What if we have a collection of related complex variables for which we would like to represent change as ordered lists of numbers? Then our ordered lists need to contain complex numbers.

Example 23.1.1. Complex displacement vectors.

If an object “moves” from “point” \((z_1,z_2) = ( 1 + \ci, 3 - 4 \ci )\) to “point” \((z_1,z_2) = ( -\ci, 5 + 4 \ci )\text{,}\) we can calculate the change in each variable:

\begin{align*} \Delta z_1 \amp = (-\ci) - (1 + \ci) = -1 - 2 \ci\text{,} \amp \Delta z_2 \amp = (5 + 4 \ci) - (3 - 4 \ci) = 2 + 8 \ci\text{.} \end{align*}

Putting these together in an ordered pair, the “displacement” of the object can be represented as the complex vector

\begin{equation*} \uvec{v} = ( -1 - 2 \ci, 2 + 8 \ci) \text{.} \end{equation*}

Considering the above example, we can say that if we would like to use vectors to represent change in collections of related complex variables, then generalizing the concept of \(n\)-dimensional vector to allow complex components seems reasonable. We will explore such complex vectors further in the rest of this chapter.

Subsection 23.1.2 Complex abstract vectors

After exploring \(n\)-dimensional vectors with real components in some depth, we looked around and noticed that other types of mathematical objects (e.g. matrices, polynomials, functions) exhibit similar algebraic properties as \(n\)-dimensional vectors, and so in Chapter 16 we developed an abstract framework for describing the algebraic patterns common to each of these various contexts. This framework was built on the algebraic patterns satisfied by the two basic operations of \(n\)-dimensional vectors, vector addition and scalar-multiplication:

\begin{align*} (u_1,u_2,\dotsc,u_n) + (v_1,v_2,\dotsc,v_n) \amp = ( u_1 + v_1, u_2 + v_2, \dotsc, u_n + v_n )\text{,}\\ \\ k(v_1,v_2,\dotsc,v_n) \amp = ( k v_1, k v_2, \dotsc, k v_n )\text{.} \end{align*}

The very first rule for each of these operations is a “closure” rule: Axiom A 1 for vector addition and Axiom S 1 for scalar multiplication.

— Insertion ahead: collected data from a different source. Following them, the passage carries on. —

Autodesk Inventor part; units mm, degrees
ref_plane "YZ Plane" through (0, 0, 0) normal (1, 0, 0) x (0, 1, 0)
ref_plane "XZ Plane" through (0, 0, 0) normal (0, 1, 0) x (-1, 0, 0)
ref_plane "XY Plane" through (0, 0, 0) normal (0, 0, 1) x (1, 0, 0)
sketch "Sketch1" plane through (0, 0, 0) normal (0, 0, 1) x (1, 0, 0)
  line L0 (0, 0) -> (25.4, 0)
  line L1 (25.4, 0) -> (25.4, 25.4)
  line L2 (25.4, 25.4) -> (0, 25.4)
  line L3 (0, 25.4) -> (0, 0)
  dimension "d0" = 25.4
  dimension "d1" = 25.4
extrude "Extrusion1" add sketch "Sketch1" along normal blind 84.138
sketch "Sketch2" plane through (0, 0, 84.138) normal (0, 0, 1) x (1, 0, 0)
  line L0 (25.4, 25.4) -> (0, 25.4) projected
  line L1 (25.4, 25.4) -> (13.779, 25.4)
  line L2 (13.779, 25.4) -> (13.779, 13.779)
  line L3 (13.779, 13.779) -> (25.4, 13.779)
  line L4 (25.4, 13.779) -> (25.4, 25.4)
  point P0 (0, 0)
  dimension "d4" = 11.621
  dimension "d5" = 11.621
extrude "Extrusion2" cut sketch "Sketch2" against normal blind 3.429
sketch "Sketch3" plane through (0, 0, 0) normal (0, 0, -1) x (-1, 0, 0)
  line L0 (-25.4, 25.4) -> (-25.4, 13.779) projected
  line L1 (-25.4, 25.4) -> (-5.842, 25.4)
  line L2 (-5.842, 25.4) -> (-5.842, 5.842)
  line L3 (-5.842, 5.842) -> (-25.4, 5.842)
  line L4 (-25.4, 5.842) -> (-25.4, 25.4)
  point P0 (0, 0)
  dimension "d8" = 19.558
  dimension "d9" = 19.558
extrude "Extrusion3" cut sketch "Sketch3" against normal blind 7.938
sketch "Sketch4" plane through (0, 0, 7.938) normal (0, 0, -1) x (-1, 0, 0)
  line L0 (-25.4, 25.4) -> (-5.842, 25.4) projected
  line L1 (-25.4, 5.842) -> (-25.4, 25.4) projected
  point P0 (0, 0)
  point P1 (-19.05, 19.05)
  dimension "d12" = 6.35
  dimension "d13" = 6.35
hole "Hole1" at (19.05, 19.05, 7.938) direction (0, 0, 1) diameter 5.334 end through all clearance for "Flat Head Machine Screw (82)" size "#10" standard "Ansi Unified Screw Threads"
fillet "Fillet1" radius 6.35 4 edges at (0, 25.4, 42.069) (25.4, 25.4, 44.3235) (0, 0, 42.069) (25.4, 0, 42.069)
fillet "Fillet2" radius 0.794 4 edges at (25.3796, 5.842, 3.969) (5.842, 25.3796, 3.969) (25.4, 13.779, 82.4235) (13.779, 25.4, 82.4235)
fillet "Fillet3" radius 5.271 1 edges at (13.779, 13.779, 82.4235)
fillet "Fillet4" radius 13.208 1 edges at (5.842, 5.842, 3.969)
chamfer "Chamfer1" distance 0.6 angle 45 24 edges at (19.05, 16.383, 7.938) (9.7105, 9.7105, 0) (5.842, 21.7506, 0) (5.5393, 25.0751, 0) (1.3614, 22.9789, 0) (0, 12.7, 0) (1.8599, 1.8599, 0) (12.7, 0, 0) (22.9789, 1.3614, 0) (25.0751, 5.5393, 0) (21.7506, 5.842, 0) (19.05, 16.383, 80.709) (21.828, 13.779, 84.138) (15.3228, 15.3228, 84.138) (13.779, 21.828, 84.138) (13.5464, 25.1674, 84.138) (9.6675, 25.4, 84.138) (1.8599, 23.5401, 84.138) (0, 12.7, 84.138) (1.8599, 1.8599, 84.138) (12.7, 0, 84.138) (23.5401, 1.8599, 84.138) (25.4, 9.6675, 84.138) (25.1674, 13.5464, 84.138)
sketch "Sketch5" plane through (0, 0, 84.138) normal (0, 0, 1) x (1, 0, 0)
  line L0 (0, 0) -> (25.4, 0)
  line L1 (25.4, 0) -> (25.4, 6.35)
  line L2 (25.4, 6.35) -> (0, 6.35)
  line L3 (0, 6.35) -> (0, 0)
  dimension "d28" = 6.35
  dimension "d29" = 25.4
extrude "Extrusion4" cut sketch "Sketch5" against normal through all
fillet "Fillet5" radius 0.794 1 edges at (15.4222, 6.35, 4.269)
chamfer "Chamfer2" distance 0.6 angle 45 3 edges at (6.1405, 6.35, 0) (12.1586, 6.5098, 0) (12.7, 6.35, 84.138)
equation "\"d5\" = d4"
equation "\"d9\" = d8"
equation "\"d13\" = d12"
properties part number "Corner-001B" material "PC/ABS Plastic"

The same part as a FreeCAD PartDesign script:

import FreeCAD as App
import Part
import Sketcher
from FreeCAD import Vector
Q = App.Units.Quantity


def edges_at(feature, points):
    """Names of the edges that pass closest to the given points."""
    edges = feature.Shape.Edges
    near = lambda p: min(range(len(edges)), key=lambda i: edges[i].distToShape(Part.Vertex(*p))[0])
    return sorted({f"Edge{near(p) + 1}" for p in points})


def add_polygon(sketch, points):
    """Adds a closed chain of lines whose ends are joined by coincident constraints."""
    first, n = sketch.GeometryCount, len(points)
    for a, b in zip(points, points[1:] + points[:1]):
        sketch.addGeometry(Part.LineSegment(App.Vector(*a, 0), App.Vector(*b, 0)), False)
    for i in range(n):
        sketch.addConstraint(Sketcher.Constraint("Coincident", first + i, 2, first + (i + 1) % n, 1))

doc = App.newDocument("Part")
params = doc.addObject("Spreadsheet::Sheet", "Params")
for row, (alias, value) in enumerate([
    ("sketch1_width", "1 in"),
    ("pad1_length", "84.138 mm"),
    ("pocket1_length", "0.135 in"),
    ("sketch3_width", "0.77 in"),
    ("pocket2_length", "7.938 mm"),
    ("sketch4_diameter", "0.21 in"),
    ("hole_diameter", "0.21 in"),
    ("fillet_radius", "0.25 in"),
    ("fillet2_radius", "0.794 mm"),
    ("fillet3_radius", "5.271 mm"),
    ("fillet4_radius", "0.52 in"),
    ("chamfer_size", "0.6 mm"),
    ("sketch5_width", "1 in"),
    ("sketch5_height", "0.25 in"),
    ("fillet5_radius", "0.794 mm"),
    ("chamfer2_size", "0.6 mm"),
], start=1):
    params.set(f"A{row}", alias)
    params.set(f"B{row}", "=" + value)
    params.setAlias(f"B{row}", alias)

body = doc.addObject("PartDesign::Body", "Body")

sketch1 = body.newObject("Sketcher::SketchObject", "Sketch")
sketch1.AttachmentSupport = (doc.getObject("XY_Plane"), [""])
sketch1.MapMode = "FlatFace"
add_polygon(sketch1, [(0, 25.4), (0, 0), (25.4, 0), (25.4, 25.4)])
sketch1.addConstraint([
    Sketcher.Constraint("Vertical", 0),
    Sketcher.Constraint("Horizontal", 1),
    Sketcher.Constraint("Vertical", 2),
    Sketcher.Constraint("Horizontal", 3),
    Sketcher.Constraint("Coincident", 0, 2, -1, 1),
    Sketcher.Constraint("Equal", 3, 0),
    Sketcher.Constraint("DistanceX", 1, 1, 1, 2, Q("1 in")),
])
sketch1.setExpression("Constraints[10]", "Params.sketch1_width")
pad1 = body.newObject("PartDesign::Pad", "Pad")
pad1.Profile = sketch1
pad1.setExpression("Length", "Params.pad1_length")

sketch2 = body.newObject("Sketcher::SketchObject", "Sketch001")
sketch2.AttachmentSupport = (doc.getObject("XY_Plane"), [""])
sketch2.MapMode = "FlatFace"
sketch2.AttachmentOffset = App.Placement(Vector(0, 0, 84.138), App.Rotation())
add_polygon(sketch2, [(25.4, 13.779), (25.4, 25.4), (13.779, 25.4), (13.779, 13.779)])
sketch2.addConstraint([
    Sketcher.Constraint("Vertical", 0),
    Sketcher.Constraint("Horizontal", 1),
    Sketcher.Constraint("Vertical", 2),
    Sketcher.Constraint("Horizontal", 3),
    Sketcher.Constraint("Equal", 3, 0),
    Sketcher.Constraint("DistanceX", -1, 1, 0, 2, Q("1 in")),
    Sketcher.Constraint("DistanceY", -1, 1, 0, 2, Q("1 in")),
    Sketcher.Constraint("DistanceX", 1, 2, 1, 1, 11.621),
])
pocket1 = body.newObject("PartDesign::Pocket", "Pocket")
pocket1.Profile = sketch2
pocket1.setExpression("Length", "Params.pocket1_length")

sketch3 = body.newObject("Sketcher::SketchObject", "Sketch002")
sketch3.AttachmentSupport = (doc.getObject("XY_Plane"), [""])
sketch3.MapMode = "FlatFace"
add_polygon(sketch3, [(5.842, 25.4), (25.4, 25.4), (25.4, 5.842), (5.842, 5.842)])
sketch3.addConstraint([
    Sketcher.Constraint("Horizontal", 0),
    Sketcher.Constraint("Vertical", 1),
    Sketcher.Constraint("Horizontal", 2),
    Sketcher.Constraint("Vertical", 3),
    Sketcher.Constraint("Equal", 2, 1),
    Sketcher.Constraint("DistanceX", 0, 1, 0, 2, Q("0.77 in")),
    Sketcher.Constraint("DistanceX", -1, 1, 0, 2, Q("1 in")),
    Sketcher.Constraint("DistanceY", -1, 1, 0, 2, Q("1 in")),
])
sketch3.setExpression("Constraints[9]", "Params.sketch3_width")
pocket2 = body.newObject("PartDesign::Pocket", "Pocket001")
pocket2.Profile = sketch3
pocket2.setExpression("Length", "Params.pocket2_length")
pocket2.Reversed = True

sketch4 = body.newObject("Sketcher::SketchObject", "Sketch003")
sketch4.AttachmentSupport = (doc.getObject("XY_Plane"), [""])
sketch4.MapMode = "FlatFace"
sketch4.AttachmentOffset = App.Placement(Vector(0, 0, 7.938), App.Rotation())
sketch4.addGeometry(Part.Circle(Vector(19.05, 19.05, 0), Vector(0, 0, 1), 2.667), False)
sketch4.addConstraint([
    Sketcher.Constraint("Diameter", 0, Q("0.21 in")),
    Sketcher.Constraint("DistanceX", -1, 1, 0, 3, Q("0.75 in")),
    Sketcher.Constraint("DistanceY", -1, 1, 0, 3, Q("0.75 in")),
])
sketch4.setExpression("Constraints[0]", "Params.sketch4_diameter")
doc.recompute()
hole = body.newObject("PartDesign::Hole", "Hole")
hole.Profile = sketch4
hole.ThreadType = "None"
hole.setExpression("Diameter", "Params.hole_diameter")
hole.DepthType = "ThroughAll"
hole.Reversed = True
doc.recompute()

fillet = body.newObject("PartDesign::Fillet", "Fillet")
fillet.Base = (hole, edges_at(hole, [
    (0, 25.4, 42.069),
    (25.4, 25.4, 44.324),
    (0, 0, 42.069),
    (25.4, 0, 42.069),
]))
fillet.setExpression("Radius", "Params.fillet_radius")
doc.recompute()

fillet2 = body.newObject("PartDesign::Fillet", "Fillet001")
fillet2.Base = (fillet, edges_at(fillet, [
    (25.38, 5.842, 3.969),
    (5.842, 25.38, 3.969),
    (25.4, 13.779, 82.424),
    (13.779, 25.4, 82.424),
]))
fillet2.setExpression("Radius", "Params.fillet2_radius")
doc.recompute()

fillet3 = body.newObject("PartDesign::Fillet", "Fillet002")
fillet3.Base = (fillet2, edges_at(fillet2, [(13.779, 13.779, 82.424)]))
fillet3.setExpression("Radius", "Params.fillet3_radius")
doc.recompute()

fillet4 = body.newObject("PartDesign::Fillet", "Fillet003")
fillet4.Base = (fillet3, edges_at(fillet3, [(5.842, 5.842, 3.969)]))
fillet4.setExpression("Radius", "Params.fillet4_radius")
doc.recompute()

chamfer = body.newObject("PartDesign::Chamfer", "Chamfer")
chamfer.Base = (fillet4, edges_at(fillet4, [
    (19.05, 16.383, 7.938),
    (9.71, 9.71, 0),
    (5.842, 21.751, 0),
    (5.539, 25.075, 0),
    (1.361, 22.979, 0),
    (0, 12.7, 0),
    (1.86, 1.86, 0),
    (12.7, 0, 0),
    (22.979, 1.361, 0),
    (25.075, 5.539, 0),
    (21.751, 5.842, 0),
    (19.05, 16.383, 80.709),
    (21.828, 13.779, 84.138),
    (15.323, 15.323, 84.138),
    (13.779, 21.828, 84.138),
    (13.546, 25.167, 84.138),
    (9.668, 25.4, 84.138),
    (1.86, 23.54, 84.138),
    (0, 12.7, 84.138),
    (1.86, 1.86, 84.138),
    (12.7, 0, 84.138),
    (23.54, 1.86, 84.138),
    (25.4, 9.668, 84.138),
    (25.167, 13.546, 84.138),
]))
chamfer.setExpression("Size", "Params.chamfer_size")

sketch5 = body.newObject("Sketcher::SketchObject", "Sketch004")
sketch5.AttachmentSupport = (doc.getObject("XY_Plane"), [""])
sketch5.MapMode = "FlatFace"
sketch5.AttachmentOffset = App.Placement(Vector(0, 0, 84.138), App.Rotation())
add_polygon(sketch5, [(0, 6.35), (0, 0), (25.4, 0), (25.4, 6.35)])
sketch5.addConstraint([
    Sketcher.Constraint("Vertical", 0),
    Sketcher.Constraint("Horizontal", 1),
    Sketcher.Constraint("Vertical", 2),
    Sketcher.Constraint("Horizontal", 3),
    Sketcher.Constraint("Coincident", 0, 2, -1, 1),
    Sketcher.Constraint("DistanceX", 1, 1, 1, 2, Q("1 in")),
    Sketcher.Constraint("DistanceY", 0, 2, 0, 1, Q("0.25 in")),
])
sketch5.setExpression("Constraints[9]", "Params.sketch5_width")
sketch5.setExpression("Constraints[10]", "Params.sketch5_height")
pocket3 = body.newObject("PartDesign::Pocket", "Pocket002")
pocket3.Profile = sketch5
pocket3.Type = "ThroughAll"
doc.recompute()

fillet5 = body.newObject("PartDesign::Fillet", "Fillet004")
fillet5.Base = (pocket3, edges_at(pocket3, [(15.422, 6.35, 4.269)]))
fillet5.setExpression("Radius", "Params.fillet5_radius")
doc.recompute()

chamfer2 = body.newObject("PartDesign::Chamfer", "Chamfer001")
chamfer2.Base = (fillet5, edges_at(fillet5, [(6.141, 6.35, 0), (12.159, 6.51, 0), (12.7, 6.35, 84.138)]))
chamfer2.setExpression("Size", "Params.chamfer2_size")

doc.recompute()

Adding two complex \(n\)-dimensional vectors will obviously result in another complex \(n\)-dimensional vector. And multiplying a complex \(n\)-dimensional vector by a scalar will obviously result in another complex \(n\)-dimensional vector. But that will be true even if we multiply by a complex scalar. So, in this chapter, when we collect the algebraic patterns of complex \(n\)-dimensional vectors into an abstract framework similar to the ten axioms in Definition 16.4.1, we will allow scalars to be complex numbers, instead of restricting them to be real numbers. However, we will find that this is the only modification to Definition 16.4.1 that we need to make in the complex context.